Stored items:

_ _ _ _ _ _ _

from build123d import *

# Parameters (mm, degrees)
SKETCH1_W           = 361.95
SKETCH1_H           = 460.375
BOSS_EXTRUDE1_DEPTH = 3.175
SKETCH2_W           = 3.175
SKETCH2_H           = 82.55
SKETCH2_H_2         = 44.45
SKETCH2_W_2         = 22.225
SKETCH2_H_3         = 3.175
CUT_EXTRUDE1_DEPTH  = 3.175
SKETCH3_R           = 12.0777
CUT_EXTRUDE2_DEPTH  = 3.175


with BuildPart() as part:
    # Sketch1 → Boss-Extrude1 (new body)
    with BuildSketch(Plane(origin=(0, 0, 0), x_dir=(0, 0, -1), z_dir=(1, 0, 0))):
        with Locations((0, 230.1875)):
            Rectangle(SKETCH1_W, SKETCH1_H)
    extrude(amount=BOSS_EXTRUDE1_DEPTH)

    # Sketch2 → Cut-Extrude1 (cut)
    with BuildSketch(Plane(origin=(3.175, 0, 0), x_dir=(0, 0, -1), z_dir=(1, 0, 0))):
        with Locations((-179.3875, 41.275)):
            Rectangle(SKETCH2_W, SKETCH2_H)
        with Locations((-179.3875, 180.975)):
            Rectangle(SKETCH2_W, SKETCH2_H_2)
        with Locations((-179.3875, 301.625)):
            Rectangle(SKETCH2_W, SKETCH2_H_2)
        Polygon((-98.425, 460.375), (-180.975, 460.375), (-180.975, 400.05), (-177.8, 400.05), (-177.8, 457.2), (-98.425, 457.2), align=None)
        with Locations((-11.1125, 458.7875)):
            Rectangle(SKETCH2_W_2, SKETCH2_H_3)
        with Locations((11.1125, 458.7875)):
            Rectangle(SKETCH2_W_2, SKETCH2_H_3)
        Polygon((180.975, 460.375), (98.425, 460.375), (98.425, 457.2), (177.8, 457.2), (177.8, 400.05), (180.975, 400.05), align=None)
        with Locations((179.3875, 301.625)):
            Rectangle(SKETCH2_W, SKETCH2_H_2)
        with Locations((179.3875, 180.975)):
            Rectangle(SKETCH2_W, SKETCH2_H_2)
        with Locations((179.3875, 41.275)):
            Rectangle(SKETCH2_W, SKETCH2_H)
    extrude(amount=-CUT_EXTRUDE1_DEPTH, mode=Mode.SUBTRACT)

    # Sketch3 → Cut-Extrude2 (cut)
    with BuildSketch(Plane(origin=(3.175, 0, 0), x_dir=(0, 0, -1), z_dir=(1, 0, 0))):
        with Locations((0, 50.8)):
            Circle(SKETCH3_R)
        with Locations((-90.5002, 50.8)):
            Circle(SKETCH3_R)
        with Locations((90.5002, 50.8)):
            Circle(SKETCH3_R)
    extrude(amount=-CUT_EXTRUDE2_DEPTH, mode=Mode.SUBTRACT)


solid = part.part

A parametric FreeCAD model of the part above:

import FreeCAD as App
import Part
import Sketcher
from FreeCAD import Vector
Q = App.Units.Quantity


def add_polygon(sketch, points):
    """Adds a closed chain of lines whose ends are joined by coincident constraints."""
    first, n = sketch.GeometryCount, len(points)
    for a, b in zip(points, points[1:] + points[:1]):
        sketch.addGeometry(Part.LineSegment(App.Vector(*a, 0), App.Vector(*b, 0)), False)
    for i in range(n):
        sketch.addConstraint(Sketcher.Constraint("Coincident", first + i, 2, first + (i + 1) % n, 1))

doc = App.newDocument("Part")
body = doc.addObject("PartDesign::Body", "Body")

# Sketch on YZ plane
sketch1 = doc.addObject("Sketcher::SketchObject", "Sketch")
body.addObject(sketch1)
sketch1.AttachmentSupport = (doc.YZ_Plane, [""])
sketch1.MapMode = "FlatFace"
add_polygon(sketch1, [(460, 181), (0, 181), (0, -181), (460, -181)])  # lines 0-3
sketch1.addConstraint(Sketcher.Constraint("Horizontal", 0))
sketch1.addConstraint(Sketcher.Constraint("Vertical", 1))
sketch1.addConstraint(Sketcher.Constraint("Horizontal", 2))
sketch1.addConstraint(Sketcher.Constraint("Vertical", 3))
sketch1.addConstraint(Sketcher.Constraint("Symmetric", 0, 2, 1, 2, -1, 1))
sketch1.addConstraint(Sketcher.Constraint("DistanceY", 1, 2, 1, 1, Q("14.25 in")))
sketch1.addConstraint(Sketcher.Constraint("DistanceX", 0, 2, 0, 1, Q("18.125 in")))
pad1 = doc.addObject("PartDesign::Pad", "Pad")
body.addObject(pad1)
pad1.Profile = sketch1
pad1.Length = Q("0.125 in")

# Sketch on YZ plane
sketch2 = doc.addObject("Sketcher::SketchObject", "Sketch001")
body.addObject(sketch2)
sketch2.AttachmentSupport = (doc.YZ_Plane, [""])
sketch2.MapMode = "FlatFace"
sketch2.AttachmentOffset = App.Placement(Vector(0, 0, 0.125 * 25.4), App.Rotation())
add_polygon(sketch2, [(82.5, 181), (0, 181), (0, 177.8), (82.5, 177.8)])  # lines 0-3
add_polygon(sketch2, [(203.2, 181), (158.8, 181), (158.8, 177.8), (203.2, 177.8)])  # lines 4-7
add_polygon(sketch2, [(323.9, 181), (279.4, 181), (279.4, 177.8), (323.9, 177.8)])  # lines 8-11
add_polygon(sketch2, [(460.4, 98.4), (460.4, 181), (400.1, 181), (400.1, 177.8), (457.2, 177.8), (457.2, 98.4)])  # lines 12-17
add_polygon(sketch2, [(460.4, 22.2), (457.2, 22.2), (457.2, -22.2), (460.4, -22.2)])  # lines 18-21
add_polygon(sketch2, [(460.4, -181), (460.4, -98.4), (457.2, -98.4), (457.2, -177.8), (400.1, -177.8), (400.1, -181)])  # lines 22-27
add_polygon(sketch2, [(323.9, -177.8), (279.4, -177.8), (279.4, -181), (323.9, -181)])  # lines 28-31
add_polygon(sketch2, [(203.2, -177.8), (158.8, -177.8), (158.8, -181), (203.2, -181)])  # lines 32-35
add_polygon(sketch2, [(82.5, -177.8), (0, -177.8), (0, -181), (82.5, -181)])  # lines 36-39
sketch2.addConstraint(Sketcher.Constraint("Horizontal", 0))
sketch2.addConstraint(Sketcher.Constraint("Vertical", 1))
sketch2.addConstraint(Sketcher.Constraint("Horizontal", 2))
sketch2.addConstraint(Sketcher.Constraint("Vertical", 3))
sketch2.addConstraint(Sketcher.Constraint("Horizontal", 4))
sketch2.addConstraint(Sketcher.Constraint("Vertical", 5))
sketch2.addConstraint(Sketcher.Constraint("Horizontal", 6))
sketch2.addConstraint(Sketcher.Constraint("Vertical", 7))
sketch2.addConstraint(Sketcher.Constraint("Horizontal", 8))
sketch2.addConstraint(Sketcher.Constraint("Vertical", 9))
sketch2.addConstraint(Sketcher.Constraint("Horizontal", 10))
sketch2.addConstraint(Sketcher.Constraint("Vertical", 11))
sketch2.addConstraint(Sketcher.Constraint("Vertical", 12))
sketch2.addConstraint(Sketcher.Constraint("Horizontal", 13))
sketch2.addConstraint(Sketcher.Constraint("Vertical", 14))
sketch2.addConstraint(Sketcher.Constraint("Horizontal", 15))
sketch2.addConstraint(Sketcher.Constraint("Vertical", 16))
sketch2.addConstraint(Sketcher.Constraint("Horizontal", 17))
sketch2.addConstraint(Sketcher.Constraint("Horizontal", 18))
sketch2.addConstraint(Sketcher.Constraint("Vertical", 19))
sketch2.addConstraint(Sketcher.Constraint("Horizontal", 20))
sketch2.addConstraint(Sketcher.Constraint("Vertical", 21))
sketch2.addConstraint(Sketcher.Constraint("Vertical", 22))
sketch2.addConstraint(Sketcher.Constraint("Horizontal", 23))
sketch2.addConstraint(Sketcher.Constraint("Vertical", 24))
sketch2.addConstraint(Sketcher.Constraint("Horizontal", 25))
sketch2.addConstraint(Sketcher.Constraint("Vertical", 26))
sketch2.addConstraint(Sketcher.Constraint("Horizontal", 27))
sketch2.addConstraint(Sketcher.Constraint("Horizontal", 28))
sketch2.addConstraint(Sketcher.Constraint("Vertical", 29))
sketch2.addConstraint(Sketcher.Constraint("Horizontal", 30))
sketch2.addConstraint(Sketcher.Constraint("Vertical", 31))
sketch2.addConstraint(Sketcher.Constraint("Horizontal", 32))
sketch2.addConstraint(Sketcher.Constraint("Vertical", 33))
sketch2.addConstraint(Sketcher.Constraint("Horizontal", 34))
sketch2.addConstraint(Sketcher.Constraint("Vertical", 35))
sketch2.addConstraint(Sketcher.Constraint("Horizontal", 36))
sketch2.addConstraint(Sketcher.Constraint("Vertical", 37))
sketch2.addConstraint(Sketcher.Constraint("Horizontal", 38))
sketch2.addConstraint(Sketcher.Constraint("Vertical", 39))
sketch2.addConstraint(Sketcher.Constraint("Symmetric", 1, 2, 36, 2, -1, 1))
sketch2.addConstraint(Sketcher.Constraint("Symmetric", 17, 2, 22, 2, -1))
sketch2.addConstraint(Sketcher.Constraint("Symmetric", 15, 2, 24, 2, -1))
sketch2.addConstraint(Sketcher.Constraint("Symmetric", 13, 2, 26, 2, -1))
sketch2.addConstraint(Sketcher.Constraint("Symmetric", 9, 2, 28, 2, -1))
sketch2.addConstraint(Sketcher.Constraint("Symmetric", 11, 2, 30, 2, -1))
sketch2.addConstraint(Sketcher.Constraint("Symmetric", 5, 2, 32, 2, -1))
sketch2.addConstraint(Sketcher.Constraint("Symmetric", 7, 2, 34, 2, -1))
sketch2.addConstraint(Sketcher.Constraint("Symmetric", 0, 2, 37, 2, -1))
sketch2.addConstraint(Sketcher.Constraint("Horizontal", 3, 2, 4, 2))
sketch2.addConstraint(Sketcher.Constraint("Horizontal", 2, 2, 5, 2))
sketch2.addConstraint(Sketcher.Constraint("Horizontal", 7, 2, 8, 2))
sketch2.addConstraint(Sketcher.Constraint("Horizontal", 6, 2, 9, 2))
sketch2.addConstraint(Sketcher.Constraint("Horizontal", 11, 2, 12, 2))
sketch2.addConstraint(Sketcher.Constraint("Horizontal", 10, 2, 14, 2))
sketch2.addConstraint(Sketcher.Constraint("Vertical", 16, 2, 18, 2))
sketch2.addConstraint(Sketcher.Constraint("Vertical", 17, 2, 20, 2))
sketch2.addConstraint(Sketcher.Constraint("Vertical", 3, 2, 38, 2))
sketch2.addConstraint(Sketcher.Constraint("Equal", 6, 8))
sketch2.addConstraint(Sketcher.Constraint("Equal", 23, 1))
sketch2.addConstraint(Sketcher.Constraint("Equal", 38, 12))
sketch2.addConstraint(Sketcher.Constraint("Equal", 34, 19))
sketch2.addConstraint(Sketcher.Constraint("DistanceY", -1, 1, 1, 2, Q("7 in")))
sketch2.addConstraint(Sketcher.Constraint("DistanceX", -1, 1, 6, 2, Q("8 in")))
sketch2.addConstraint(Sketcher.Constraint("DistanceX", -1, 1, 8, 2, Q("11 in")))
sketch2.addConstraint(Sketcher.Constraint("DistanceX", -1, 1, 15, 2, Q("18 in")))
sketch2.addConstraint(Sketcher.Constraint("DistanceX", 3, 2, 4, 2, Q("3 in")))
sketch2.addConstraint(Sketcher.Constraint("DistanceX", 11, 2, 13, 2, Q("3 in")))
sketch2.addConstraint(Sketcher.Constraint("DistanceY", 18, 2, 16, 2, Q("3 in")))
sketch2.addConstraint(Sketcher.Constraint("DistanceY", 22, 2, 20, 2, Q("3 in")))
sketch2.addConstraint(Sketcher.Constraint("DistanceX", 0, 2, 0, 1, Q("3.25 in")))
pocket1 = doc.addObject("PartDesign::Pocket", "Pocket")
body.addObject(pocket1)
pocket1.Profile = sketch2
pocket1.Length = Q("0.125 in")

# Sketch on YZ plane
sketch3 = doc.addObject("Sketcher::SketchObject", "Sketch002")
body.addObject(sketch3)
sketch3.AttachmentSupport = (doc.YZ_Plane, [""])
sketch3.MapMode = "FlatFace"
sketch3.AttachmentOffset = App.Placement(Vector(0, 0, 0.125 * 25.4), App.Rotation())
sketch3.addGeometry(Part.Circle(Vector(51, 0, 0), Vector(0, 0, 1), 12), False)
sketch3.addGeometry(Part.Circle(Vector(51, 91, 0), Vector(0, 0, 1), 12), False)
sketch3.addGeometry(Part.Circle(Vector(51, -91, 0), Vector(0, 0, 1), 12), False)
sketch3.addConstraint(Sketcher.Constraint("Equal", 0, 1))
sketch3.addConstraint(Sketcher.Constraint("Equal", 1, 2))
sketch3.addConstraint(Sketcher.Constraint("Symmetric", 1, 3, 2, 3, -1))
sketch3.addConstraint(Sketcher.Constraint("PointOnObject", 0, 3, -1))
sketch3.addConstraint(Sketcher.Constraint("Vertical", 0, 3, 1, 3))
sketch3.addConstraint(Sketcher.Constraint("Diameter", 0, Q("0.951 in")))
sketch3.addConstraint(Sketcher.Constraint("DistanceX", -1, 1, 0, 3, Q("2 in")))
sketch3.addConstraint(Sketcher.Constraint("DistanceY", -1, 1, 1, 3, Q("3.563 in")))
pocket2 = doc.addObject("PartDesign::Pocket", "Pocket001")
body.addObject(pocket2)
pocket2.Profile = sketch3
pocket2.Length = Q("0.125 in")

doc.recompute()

_ _ _ _ _ _ _

--- What the exercise asks ---
Return all lines of the data in which the string "amount" appears.

--- Exercise result ---
    extrude(amount=BOSS_EXTRUDE1_DEPTH)
    extrude(amount=-CUT_EXTRUDE1_DEPTH, mode=Mode.SUBTRACT)
    extrude(amount=-CUT_EXTRUDE2_DEPTH, mode=Mode.SUBTRACT)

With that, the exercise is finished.